%%
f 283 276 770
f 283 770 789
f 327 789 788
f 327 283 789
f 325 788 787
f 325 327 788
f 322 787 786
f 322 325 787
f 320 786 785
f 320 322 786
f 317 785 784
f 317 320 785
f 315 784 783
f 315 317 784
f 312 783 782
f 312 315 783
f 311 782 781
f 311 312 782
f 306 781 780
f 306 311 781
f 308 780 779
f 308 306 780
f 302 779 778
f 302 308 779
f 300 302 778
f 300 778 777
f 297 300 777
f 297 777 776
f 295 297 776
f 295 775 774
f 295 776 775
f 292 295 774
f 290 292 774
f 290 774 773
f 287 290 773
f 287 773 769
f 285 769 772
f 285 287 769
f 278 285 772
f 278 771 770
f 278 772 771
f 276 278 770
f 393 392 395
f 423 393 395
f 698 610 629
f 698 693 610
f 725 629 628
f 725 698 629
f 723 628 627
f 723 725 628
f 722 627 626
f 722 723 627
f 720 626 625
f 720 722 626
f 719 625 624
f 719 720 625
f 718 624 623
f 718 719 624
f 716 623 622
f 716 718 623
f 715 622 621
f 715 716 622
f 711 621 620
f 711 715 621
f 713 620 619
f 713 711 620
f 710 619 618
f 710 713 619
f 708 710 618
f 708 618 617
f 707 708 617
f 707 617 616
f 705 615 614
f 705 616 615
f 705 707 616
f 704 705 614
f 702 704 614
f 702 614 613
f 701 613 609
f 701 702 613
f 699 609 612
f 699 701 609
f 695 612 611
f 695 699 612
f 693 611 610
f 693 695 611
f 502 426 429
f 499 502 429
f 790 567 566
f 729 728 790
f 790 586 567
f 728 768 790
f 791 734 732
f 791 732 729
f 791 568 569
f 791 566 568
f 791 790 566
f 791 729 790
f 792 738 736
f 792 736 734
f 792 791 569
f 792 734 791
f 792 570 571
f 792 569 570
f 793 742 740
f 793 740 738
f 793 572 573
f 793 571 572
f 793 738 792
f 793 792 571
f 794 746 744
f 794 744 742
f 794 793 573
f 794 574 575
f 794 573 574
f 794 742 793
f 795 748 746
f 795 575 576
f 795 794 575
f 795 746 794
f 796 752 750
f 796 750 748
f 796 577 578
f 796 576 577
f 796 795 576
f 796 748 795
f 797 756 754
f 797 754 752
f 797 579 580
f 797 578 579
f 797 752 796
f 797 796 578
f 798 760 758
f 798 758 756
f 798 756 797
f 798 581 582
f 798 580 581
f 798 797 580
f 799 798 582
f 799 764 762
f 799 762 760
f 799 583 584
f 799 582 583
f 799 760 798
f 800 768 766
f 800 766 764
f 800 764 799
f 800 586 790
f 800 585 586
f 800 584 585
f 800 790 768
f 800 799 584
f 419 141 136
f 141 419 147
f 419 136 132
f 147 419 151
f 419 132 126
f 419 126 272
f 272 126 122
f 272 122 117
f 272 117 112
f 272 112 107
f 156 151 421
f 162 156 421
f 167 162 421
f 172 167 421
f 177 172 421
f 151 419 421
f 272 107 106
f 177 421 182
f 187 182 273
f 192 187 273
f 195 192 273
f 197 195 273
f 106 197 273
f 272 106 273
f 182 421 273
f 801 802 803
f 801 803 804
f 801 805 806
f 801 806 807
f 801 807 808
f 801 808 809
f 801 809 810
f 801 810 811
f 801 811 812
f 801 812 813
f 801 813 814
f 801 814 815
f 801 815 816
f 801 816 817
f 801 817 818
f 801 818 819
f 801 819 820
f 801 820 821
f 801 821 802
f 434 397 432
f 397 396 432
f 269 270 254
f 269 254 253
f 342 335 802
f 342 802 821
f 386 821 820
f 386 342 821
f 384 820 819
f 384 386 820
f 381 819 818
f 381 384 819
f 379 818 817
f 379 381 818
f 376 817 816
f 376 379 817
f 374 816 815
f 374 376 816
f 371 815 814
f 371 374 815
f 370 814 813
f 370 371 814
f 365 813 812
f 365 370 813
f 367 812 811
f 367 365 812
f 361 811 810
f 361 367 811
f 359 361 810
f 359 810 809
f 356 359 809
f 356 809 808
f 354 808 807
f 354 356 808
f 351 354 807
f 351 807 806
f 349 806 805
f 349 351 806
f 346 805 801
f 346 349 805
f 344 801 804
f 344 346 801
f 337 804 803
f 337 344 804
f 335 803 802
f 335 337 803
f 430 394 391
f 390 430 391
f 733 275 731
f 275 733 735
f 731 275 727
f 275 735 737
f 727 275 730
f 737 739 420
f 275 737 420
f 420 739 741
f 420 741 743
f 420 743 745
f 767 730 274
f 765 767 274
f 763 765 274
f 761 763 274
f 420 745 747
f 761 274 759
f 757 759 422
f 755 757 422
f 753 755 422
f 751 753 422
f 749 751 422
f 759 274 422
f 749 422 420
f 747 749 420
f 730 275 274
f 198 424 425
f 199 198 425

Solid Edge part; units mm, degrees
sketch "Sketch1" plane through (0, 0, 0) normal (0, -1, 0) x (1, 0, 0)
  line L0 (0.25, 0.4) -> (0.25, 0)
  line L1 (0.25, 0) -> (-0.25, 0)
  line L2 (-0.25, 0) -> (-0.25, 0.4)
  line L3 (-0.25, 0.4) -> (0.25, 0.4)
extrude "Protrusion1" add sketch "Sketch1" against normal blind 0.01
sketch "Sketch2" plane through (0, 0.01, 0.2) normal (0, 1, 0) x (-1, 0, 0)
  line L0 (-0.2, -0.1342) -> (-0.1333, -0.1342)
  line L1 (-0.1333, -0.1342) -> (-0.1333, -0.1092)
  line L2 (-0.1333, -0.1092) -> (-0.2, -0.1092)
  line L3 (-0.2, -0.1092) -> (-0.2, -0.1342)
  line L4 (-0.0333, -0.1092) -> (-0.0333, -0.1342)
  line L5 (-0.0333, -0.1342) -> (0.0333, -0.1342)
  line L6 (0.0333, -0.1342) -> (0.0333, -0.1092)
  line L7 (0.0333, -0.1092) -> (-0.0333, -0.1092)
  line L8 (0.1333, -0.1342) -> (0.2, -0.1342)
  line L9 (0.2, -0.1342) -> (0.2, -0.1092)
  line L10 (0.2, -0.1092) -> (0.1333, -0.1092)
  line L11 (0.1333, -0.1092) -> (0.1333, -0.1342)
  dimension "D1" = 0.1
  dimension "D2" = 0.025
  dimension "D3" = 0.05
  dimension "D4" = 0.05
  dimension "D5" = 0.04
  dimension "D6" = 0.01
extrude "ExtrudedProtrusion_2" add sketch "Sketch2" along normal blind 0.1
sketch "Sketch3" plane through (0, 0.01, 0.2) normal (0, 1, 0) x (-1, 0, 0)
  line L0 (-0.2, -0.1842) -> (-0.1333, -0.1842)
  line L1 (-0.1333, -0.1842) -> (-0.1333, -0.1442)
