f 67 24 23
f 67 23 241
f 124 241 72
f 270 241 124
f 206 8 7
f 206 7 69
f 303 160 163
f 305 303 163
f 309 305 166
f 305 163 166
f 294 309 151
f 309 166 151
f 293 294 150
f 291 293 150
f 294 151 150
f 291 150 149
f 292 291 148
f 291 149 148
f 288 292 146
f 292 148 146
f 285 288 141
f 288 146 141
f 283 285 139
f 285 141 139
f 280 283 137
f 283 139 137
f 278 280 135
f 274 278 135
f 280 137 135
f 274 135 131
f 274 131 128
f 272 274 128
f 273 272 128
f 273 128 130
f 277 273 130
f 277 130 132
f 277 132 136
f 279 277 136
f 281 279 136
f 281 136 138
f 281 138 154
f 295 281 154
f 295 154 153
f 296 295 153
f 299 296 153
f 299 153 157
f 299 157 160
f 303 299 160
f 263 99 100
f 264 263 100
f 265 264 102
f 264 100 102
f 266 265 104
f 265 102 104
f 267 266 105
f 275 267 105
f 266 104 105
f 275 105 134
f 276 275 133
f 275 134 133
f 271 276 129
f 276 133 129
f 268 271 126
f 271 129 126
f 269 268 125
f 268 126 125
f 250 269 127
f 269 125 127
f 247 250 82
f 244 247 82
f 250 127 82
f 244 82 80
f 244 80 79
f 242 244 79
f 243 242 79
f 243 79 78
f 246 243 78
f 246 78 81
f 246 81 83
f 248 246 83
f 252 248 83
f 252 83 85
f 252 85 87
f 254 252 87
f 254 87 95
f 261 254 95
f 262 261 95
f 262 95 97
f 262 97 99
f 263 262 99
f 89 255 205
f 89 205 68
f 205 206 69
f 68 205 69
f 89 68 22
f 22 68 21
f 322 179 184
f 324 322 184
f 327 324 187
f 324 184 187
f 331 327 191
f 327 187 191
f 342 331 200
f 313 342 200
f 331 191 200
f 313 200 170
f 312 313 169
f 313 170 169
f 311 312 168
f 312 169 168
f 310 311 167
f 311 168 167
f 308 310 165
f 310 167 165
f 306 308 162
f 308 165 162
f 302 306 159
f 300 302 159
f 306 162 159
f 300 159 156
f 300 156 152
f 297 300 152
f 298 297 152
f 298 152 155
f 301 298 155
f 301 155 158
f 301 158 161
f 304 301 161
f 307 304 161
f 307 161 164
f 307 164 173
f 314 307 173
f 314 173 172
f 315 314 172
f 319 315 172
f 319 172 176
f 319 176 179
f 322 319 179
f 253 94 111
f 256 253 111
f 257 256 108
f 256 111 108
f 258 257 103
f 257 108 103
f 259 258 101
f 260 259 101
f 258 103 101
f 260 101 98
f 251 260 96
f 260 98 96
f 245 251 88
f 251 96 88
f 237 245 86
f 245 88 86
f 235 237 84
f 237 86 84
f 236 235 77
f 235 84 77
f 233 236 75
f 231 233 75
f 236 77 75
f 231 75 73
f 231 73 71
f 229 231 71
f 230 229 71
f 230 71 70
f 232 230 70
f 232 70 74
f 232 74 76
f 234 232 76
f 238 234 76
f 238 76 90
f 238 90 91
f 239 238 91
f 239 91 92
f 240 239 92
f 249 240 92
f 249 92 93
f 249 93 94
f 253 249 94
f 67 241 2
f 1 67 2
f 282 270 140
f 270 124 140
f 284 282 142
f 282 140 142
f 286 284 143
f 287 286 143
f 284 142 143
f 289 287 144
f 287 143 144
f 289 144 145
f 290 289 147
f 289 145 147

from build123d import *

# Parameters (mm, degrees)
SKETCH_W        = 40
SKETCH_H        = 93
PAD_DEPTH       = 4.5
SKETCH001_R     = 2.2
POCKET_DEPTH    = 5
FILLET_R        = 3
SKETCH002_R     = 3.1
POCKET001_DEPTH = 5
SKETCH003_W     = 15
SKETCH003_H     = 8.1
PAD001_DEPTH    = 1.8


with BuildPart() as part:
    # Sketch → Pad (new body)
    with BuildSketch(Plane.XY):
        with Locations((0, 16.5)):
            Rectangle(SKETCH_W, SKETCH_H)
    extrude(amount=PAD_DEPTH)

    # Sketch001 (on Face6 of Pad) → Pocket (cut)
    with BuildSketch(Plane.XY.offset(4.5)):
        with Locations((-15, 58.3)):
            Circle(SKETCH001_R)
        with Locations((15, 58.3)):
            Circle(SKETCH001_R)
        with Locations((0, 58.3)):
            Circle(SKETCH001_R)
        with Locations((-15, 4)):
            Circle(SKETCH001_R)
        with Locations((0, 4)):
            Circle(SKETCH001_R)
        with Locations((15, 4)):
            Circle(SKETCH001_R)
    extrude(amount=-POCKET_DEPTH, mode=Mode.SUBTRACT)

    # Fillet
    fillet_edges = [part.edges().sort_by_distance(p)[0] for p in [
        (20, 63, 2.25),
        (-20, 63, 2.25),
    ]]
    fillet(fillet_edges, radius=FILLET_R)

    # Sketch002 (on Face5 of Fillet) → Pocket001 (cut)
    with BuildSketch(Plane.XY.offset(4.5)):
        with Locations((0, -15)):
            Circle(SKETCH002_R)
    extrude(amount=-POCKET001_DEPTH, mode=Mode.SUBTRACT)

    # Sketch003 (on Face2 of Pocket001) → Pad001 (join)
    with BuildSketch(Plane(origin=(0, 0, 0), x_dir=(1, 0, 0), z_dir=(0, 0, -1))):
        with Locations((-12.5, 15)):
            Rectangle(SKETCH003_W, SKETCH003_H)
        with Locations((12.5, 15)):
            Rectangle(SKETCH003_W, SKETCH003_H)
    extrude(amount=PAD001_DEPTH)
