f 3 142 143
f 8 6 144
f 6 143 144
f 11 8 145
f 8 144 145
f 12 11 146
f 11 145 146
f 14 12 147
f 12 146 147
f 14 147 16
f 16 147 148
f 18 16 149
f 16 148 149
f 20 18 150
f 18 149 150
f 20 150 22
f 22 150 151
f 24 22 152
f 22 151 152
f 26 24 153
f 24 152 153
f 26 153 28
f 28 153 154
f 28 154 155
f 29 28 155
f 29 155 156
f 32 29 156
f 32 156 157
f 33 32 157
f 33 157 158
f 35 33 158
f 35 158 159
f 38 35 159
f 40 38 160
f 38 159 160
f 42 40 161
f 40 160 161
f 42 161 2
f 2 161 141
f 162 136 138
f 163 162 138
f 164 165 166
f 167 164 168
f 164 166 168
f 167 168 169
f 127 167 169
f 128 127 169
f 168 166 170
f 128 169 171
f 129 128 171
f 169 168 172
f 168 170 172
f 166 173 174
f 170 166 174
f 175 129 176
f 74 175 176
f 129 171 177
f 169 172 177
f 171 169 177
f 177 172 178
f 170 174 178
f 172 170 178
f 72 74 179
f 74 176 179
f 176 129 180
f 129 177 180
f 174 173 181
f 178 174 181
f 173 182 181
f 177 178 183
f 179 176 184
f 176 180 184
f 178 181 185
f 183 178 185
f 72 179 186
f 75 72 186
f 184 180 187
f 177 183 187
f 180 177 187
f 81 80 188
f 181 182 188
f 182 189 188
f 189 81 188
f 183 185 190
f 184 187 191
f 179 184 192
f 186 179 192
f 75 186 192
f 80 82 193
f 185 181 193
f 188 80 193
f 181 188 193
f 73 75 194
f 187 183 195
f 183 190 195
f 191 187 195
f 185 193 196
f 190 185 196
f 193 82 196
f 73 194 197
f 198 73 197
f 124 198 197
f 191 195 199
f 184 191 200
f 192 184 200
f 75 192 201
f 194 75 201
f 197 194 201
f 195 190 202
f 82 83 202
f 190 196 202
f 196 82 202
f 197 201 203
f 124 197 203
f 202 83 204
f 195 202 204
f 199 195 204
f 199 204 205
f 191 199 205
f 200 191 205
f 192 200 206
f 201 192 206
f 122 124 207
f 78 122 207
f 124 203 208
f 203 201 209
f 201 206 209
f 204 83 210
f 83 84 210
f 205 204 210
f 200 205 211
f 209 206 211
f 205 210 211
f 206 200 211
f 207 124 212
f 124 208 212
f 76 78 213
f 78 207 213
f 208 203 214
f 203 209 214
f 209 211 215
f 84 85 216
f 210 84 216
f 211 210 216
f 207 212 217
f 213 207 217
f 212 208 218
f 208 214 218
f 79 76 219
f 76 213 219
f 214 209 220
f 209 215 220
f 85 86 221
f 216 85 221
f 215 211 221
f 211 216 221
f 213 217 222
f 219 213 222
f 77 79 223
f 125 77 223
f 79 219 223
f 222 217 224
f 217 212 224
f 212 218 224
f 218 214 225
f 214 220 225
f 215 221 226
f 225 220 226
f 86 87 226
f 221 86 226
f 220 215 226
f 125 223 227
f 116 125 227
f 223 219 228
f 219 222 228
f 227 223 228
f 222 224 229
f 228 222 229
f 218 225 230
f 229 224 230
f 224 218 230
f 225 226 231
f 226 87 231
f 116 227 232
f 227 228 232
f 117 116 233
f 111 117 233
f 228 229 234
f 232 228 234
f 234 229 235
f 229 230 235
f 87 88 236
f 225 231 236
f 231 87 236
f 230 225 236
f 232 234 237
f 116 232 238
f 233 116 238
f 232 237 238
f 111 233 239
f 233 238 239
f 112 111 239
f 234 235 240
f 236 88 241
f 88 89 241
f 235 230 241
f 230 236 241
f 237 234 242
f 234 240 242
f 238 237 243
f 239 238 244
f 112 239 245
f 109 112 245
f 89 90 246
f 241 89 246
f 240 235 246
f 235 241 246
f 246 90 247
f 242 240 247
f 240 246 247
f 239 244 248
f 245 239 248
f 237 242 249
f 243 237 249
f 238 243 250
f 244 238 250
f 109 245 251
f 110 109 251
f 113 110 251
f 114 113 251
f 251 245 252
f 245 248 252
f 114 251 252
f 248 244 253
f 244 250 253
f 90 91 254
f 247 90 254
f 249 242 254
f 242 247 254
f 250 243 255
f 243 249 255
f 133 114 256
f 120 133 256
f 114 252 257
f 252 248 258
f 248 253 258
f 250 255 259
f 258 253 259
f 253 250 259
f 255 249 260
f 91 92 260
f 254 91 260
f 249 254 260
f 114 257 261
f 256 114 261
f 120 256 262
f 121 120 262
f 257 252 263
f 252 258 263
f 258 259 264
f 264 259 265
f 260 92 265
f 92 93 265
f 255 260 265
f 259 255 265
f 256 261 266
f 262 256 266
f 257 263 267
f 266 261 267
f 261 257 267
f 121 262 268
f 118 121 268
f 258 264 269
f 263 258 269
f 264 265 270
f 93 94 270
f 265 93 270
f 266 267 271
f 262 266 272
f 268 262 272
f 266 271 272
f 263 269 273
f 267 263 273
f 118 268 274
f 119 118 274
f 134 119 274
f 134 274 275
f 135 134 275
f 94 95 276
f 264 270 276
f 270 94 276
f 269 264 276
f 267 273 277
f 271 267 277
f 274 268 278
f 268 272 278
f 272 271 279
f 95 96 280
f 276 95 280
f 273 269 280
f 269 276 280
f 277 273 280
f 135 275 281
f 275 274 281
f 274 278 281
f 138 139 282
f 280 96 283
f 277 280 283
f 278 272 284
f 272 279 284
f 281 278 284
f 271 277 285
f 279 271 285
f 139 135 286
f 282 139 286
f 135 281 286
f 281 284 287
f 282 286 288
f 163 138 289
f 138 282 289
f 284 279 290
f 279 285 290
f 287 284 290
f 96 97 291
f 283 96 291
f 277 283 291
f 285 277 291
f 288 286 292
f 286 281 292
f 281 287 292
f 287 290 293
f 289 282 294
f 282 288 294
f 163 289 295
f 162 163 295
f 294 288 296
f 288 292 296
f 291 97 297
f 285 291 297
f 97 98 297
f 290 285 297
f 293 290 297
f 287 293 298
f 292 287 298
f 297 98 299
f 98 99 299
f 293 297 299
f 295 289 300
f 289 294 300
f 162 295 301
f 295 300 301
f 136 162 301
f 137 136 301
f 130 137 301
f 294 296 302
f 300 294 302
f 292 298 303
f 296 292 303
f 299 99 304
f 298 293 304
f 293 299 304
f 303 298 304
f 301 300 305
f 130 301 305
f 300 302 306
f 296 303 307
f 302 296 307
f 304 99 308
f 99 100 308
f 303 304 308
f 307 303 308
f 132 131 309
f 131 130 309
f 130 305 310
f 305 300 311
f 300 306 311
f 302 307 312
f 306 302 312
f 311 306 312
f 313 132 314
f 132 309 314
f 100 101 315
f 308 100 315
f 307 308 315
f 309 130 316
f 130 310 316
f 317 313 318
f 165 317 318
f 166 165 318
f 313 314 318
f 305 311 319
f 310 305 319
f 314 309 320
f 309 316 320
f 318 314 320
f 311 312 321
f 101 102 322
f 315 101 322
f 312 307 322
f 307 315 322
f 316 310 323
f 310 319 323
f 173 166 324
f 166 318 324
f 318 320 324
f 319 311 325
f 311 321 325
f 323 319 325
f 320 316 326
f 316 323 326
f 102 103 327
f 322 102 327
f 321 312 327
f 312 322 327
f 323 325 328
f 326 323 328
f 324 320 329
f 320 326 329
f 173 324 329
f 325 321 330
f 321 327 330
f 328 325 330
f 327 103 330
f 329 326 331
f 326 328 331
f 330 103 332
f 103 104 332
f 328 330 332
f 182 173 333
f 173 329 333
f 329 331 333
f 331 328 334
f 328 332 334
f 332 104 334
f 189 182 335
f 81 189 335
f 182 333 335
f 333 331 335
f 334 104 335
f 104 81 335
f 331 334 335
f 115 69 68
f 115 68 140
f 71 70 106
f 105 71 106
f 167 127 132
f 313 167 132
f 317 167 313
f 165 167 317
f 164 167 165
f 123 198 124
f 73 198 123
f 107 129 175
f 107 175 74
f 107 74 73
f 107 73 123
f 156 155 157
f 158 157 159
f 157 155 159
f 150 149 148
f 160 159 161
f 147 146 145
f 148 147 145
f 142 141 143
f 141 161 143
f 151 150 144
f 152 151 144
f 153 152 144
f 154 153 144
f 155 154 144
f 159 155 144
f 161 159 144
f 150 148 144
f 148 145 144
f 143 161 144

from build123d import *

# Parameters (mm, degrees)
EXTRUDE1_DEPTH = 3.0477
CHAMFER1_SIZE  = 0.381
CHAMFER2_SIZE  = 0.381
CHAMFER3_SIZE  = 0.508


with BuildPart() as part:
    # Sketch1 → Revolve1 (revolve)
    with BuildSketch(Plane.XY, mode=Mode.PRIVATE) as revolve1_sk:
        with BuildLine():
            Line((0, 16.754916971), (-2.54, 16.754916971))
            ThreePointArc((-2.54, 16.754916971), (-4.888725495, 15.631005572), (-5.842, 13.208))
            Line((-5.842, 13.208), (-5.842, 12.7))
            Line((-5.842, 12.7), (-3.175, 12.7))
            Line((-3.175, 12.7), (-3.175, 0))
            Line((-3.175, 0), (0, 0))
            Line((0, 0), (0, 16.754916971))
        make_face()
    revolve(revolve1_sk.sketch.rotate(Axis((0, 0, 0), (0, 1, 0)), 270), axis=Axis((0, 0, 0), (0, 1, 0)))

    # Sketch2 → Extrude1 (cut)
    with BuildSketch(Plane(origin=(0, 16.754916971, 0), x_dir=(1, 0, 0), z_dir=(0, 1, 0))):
%%
§ EXERCISE AIM:
Return the lines containing "dimension", taking each one from the listing.

§ WRITTEN RESPONSE:
  dimension "D1" = 0.1
  dimension "D2" = 0.025
  dimension "D3" = 0.05
  dimension "D4" = 0.05
  dimension "D5" = 0.04
  dimension "D6" = 0.01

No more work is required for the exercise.